映画『シャドウズ・エッジ』と比べ過ぎてて、感想になってない疑惑。
Amazonプライムビデオにて鑑賞
ジャッキー・チェン主演の映画『シャドウズ・エッジ』のリメイク元の一つですが、かなり面白かったです。本作も映画『天使の眼、野獣の街』(同作は未見)のリメイクで、最後の空港の場面で同作の主演であるサイモン・ヤムが容疑者(なのかな)役でゲスト出演しております。
『シャドウズ・エッジ』とは大枠が同じ展開なものの、質感はかなり異なります。静かに緊張感を持って捜査が進んでいく様は本作の方がより堪能できるかなと思います。
『シャドウズ・エッジ』の感想はこちら
『シャドウズ・エッジ』との大きな違いは、疑似親子(家族)関係の設定が警察及び犯罪集団共にないこと、格闘アクションがかなり少なめ(というかあんましないです)なこと、犯罪集団のリーダーである「影」が組織全体のトップではなく単なる末端の一部隊のリーダーでしかないことという点でしょうか。
本作の「影」(ジェームズという名前だったみたい)は『シャドウズ・エッジ』の「影」よりも若く(30代後半くらい)、『シャドウズ・エッジ』の「影」と配下の双子の兄を混ぜたというようなキャラです。「影」を育てた人物がいて、その人物の要素も『シャドウズ・エッジ』の「影」には含まれています。
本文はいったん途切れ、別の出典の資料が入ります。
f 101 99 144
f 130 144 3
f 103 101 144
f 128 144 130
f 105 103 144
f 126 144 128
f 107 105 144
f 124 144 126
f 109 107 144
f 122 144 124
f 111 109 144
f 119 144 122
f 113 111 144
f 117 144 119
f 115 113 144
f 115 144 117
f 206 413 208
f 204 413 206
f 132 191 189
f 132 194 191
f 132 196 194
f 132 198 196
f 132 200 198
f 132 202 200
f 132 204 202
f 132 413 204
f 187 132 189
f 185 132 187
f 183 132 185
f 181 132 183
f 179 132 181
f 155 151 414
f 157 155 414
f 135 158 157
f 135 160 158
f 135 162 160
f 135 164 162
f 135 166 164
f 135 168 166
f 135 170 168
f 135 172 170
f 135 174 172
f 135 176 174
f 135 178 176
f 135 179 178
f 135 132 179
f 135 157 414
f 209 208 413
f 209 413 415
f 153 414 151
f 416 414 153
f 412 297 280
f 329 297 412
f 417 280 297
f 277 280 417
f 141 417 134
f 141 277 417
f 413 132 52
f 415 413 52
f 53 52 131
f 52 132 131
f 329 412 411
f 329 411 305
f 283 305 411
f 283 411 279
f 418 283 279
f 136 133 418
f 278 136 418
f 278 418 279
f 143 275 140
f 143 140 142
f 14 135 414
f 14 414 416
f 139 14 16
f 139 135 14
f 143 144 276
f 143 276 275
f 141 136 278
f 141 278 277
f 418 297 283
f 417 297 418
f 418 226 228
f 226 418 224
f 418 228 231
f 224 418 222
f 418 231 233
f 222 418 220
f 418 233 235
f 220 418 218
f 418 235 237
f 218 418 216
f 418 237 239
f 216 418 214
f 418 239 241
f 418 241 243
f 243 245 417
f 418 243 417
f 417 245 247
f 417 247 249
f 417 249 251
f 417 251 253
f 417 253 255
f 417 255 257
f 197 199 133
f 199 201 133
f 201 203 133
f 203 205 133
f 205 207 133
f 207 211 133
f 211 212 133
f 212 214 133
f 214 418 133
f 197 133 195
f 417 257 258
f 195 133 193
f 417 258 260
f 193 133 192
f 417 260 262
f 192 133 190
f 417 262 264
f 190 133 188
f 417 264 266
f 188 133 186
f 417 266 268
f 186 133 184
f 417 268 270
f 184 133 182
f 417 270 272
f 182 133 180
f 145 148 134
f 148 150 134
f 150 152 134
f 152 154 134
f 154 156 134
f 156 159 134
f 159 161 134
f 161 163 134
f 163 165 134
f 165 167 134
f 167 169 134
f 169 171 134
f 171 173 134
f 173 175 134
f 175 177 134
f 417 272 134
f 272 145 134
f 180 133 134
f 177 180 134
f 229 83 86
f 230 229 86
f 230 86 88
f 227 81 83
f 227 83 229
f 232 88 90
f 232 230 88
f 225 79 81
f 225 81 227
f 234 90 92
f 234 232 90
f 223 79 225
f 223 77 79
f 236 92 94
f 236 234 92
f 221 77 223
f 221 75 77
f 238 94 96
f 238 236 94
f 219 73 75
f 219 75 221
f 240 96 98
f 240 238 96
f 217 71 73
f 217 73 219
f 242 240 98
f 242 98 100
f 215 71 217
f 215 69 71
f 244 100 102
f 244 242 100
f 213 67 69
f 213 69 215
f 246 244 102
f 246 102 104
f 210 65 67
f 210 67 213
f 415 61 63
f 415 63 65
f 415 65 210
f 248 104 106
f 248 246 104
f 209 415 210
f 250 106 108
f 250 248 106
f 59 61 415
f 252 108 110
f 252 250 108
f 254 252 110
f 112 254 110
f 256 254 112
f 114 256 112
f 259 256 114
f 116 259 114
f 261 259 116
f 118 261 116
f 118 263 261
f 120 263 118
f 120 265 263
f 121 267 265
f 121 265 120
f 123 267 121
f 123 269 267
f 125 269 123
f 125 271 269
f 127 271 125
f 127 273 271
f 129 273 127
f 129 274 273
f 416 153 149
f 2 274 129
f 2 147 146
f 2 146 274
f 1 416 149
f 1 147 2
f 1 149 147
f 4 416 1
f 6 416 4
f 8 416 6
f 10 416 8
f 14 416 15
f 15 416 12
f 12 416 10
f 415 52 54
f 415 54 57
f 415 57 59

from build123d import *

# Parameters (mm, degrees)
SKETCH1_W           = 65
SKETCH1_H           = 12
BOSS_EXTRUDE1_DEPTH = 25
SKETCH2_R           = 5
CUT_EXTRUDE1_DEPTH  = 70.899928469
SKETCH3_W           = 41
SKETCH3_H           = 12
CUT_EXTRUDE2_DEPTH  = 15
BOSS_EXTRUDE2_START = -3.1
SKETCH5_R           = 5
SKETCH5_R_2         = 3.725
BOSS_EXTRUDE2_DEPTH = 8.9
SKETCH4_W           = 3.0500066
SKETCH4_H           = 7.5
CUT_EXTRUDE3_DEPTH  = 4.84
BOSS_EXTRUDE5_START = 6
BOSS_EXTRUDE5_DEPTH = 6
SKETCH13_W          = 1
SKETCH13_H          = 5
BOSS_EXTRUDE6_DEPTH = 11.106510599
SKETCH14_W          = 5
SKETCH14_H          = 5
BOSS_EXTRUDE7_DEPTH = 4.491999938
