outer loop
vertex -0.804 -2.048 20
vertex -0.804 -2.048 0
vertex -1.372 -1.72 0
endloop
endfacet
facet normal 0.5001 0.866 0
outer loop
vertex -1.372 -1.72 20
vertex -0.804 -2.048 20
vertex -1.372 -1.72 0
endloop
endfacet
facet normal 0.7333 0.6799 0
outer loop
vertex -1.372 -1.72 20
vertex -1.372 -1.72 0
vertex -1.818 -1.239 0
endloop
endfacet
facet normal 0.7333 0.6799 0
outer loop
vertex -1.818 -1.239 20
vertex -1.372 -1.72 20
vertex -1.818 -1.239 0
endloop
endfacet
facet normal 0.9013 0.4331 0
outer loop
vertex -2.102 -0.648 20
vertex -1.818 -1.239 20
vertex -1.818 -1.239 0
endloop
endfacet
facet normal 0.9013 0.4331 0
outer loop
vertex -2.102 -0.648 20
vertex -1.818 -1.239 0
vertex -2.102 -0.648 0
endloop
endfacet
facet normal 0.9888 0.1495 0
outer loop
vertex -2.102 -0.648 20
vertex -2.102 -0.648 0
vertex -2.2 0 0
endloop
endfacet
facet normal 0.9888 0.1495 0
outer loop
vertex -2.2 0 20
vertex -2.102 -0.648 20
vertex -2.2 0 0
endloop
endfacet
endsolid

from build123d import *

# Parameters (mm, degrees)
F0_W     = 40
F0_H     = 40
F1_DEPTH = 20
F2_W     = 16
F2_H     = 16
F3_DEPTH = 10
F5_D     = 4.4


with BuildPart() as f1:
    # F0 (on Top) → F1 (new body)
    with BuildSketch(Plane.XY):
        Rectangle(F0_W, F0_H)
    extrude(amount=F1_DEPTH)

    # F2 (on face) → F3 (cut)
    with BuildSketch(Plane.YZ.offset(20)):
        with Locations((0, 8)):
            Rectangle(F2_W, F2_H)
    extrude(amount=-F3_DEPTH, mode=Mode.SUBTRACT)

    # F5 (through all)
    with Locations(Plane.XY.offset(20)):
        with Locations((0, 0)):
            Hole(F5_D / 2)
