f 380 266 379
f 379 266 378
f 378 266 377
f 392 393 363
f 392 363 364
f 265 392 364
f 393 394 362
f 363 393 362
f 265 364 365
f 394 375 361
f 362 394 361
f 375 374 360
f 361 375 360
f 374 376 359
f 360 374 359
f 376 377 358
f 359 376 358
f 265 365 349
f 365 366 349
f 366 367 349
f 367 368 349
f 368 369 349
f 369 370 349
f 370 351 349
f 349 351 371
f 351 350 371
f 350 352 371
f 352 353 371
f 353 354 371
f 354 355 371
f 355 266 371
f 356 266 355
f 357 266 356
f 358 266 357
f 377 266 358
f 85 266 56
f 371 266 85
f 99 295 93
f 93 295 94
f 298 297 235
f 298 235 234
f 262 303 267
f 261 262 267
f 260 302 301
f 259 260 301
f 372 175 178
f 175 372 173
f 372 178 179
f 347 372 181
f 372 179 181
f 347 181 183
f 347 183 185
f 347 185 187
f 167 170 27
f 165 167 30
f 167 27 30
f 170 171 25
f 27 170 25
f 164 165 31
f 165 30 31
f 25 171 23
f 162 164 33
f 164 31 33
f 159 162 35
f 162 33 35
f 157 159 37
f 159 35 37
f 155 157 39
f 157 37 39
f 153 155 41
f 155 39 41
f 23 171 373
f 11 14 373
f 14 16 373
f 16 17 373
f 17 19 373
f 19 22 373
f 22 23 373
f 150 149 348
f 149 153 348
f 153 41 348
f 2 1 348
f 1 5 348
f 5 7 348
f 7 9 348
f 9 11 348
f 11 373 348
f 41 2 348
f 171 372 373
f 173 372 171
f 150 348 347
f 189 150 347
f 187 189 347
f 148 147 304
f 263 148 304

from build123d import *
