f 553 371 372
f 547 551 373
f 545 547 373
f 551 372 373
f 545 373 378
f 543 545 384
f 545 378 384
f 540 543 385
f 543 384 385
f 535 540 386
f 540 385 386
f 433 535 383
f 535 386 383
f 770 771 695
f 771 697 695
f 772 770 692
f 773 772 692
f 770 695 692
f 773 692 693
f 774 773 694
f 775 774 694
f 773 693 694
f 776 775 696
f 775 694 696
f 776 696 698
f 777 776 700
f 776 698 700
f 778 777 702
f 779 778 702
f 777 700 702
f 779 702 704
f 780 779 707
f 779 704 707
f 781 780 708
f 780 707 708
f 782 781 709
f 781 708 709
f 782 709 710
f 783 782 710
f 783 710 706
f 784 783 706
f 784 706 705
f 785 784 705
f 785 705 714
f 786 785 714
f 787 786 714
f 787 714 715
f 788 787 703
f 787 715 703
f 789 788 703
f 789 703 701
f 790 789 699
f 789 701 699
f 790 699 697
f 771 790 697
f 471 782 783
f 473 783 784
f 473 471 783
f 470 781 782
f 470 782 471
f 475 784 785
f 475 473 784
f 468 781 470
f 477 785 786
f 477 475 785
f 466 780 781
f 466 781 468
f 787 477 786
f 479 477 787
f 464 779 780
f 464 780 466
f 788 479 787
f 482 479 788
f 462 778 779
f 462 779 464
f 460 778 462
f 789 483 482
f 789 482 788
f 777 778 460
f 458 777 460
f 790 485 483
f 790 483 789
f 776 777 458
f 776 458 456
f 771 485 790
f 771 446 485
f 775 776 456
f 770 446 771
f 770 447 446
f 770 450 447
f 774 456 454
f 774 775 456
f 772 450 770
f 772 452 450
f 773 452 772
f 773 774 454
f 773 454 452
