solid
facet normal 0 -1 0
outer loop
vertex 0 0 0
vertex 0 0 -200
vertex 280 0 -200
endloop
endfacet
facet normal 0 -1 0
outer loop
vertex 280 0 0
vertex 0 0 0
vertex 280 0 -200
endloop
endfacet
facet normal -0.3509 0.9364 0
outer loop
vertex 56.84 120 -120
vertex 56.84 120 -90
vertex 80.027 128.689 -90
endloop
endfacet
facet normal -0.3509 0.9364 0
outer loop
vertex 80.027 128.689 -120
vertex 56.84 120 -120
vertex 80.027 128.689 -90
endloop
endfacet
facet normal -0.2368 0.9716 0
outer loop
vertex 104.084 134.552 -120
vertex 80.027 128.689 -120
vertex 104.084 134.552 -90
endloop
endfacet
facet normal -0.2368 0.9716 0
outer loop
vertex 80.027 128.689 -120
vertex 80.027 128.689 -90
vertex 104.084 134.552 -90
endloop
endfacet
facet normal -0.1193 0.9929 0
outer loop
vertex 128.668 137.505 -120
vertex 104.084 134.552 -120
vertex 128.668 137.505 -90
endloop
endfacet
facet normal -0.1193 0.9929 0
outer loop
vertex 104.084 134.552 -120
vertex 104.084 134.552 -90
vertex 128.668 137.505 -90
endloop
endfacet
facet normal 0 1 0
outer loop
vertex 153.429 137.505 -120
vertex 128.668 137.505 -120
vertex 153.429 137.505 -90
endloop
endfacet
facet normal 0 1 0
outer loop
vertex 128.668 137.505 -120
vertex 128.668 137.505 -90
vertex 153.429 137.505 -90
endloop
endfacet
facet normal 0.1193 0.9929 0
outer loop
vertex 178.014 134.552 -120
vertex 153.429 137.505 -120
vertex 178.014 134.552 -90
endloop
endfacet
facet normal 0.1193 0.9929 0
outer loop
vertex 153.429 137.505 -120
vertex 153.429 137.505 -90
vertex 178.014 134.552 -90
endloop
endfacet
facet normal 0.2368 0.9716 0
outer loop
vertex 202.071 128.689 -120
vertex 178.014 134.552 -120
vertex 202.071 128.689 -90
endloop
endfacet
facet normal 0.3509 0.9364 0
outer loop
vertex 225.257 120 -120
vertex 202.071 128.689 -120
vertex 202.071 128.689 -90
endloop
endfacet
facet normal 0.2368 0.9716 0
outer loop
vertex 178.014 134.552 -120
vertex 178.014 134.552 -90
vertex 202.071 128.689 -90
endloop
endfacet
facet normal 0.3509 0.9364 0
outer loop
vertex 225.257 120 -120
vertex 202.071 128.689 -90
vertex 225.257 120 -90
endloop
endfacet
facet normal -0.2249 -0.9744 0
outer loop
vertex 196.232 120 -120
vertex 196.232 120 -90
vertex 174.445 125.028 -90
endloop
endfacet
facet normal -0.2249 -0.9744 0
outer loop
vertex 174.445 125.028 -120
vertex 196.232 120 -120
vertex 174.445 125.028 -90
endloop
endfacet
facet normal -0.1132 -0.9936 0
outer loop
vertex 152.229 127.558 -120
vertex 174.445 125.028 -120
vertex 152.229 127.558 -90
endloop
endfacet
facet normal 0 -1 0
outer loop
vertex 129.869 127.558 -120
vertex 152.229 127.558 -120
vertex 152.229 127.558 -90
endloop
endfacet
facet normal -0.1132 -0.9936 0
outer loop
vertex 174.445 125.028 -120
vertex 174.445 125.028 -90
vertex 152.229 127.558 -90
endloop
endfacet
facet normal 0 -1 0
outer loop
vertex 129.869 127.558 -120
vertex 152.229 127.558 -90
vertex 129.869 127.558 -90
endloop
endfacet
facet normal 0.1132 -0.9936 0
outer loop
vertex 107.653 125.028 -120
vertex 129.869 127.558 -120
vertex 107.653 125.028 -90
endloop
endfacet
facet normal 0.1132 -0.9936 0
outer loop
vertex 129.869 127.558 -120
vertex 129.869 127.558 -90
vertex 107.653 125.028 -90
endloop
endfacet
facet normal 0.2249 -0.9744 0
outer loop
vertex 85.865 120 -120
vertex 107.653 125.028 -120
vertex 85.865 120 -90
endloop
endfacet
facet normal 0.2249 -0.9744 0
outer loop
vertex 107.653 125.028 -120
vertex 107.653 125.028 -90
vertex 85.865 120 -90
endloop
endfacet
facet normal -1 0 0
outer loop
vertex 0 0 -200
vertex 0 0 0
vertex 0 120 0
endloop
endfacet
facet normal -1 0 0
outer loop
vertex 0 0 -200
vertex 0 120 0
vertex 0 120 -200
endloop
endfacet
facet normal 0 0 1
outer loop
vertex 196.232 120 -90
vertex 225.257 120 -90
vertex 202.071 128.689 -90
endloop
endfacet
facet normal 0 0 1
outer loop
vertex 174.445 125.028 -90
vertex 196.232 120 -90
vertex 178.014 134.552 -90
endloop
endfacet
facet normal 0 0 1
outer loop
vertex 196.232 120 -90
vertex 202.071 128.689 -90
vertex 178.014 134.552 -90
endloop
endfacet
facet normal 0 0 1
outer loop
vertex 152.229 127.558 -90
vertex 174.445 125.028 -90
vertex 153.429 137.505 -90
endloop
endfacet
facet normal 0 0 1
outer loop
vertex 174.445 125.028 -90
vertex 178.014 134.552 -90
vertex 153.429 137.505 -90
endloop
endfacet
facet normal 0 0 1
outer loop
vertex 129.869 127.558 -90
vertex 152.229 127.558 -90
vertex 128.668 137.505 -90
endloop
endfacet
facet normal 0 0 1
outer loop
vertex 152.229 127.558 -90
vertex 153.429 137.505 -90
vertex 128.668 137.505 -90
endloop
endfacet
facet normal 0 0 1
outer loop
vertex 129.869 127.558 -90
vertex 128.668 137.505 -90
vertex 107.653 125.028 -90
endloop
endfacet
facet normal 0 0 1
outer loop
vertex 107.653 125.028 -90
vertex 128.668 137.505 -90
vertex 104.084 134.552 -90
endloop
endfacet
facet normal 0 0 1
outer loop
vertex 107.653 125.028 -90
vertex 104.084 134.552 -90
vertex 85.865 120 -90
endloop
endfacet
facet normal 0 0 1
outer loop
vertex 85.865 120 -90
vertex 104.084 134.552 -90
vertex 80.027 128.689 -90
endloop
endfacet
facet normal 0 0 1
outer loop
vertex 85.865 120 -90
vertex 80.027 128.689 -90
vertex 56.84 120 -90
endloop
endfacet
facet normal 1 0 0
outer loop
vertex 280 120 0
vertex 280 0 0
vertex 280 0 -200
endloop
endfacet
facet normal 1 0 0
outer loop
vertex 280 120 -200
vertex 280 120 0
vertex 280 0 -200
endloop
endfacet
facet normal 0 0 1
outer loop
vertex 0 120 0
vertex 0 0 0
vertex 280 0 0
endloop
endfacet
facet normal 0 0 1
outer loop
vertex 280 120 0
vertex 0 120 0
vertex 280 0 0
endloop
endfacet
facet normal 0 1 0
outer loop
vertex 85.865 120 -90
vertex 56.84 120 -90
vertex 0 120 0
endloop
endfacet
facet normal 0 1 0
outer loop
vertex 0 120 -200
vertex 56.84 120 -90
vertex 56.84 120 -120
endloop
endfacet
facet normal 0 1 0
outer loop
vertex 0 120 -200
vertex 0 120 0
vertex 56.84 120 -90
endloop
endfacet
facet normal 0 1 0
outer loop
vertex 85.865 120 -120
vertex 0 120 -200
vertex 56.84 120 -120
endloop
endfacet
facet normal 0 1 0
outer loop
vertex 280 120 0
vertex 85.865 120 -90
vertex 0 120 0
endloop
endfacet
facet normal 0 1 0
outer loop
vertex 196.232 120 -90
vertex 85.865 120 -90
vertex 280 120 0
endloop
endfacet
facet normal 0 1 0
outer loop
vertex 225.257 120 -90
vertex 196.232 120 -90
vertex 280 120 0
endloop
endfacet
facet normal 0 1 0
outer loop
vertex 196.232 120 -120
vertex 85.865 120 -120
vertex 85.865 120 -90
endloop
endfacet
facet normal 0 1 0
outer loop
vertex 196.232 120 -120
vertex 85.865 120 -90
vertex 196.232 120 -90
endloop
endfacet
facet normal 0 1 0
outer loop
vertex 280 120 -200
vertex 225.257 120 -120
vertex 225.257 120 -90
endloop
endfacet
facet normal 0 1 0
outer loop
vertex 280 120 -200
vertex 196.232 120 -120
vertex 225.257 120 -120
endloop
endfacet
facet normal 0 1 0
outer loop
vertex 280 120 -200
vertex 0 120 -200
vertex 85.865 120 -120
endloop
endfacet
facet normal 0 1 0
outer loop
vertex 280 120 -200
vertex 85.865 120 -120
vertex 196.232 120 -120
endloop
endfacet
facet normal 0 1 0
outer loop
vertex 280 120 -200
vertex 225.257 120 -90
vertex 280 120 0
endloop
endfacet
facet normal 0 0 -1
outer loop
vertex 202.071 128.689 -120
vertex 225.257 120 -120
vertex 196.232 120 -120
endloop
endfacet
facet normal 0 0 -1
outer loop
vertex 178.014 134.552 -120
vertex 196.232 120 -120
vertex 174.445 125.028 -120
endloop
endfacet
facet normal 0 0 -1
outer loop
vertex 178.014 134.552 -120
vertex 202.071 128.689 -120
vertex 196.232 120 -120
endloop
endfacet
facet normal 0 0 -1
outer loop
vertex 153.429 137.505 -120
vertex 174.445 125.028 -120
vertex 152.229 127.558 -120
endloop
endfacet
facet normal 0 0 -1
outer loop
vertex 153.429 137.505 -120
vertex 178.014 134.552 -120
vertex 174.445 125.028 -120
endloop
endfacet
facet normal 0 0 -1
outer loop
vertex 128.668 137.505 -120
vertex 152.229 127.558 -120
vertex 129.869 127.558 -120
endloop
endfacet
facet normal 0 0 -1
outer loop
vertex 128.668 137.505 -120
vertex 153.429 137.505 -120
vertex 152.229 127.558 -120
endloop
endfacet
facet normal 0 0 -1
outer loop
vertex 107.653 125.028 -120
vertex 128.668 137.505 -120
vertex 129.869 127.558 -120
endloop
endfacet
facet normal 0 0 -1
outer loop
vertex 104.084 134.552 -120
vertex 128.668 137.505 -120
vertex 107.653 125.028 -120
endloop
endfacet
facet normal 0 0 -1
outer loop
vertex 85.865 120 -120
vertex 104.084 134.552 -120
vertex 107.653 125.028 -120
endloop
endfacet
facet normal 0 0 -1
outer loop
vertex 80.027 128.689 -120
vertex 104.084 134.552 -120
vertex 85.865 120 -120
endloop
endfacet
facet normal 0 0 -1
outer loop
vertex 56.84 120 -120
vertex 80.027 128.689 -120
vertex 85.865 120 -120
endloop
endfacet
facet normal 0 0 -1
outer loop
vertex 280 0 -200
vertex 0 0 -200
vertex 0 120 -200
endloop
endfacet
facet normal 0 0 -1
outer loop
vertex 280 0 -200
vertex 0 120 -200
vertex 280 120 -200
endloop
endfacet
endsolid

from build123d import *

# Parameters (mm, degrees)
SKETCH_1_W        = 280
SKETCH_1_H        = 200
EXTRUDE_1_DEPTH   = 120
EXTRUDE_START     = -90
EXTRUDE_1_2_DEPTH = 30


with BuildPart() as part:
    # 草图1 → Extrude 1 (new body)
    with BuildSketch(Plane(origin=(0, 0, 0), x_dir=(1, 0, 0), z_dir=(0, 1, 0))):
        with Locations((140, 100)):
            Rectangle(SKETCH_1_W, SKETCH_1_H)
    extrude(amount=EXTRUDE_1_DEPTH)

    # 草图2 → Extrude 1 2 (add)
    with BuildSketch(Plane.XY.offset(EXTRUDE_START)):
        with BuildLine():
            ThreePointArc((56.840474866, 120), (141.048835122, 137.874678511), (225.257195379, 120))
            Line((225.257195379, 120), (221.194887056, 110.862295086))
            ThreePointArc((221.194887056, 110.862295086), (141.048835122, 127.874678511), (60.902783189, 110.862295086))
            Line((60.902783189, 110.862295086), (56.840474866, 120))
        make_face()
    extrude(amount=-EXTRUDE_1_2_DEPTH)


solid = part.part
ジャッキー・チェンポジの監視班の班長役も、年齢的には40代後半くらいでまだまだ現役であり、監視班に配属された新人捜査官の兄と知り合い(顔見知り?)だった程度の関係性です。そうそう、新人捜査官の過去とか監視班を志望した動機といったものの説明は特になく、新人捜査官の人物像がそんなに深く掘り下げられていないのも『シャドウズ・エッジ』とは異なる点ですね。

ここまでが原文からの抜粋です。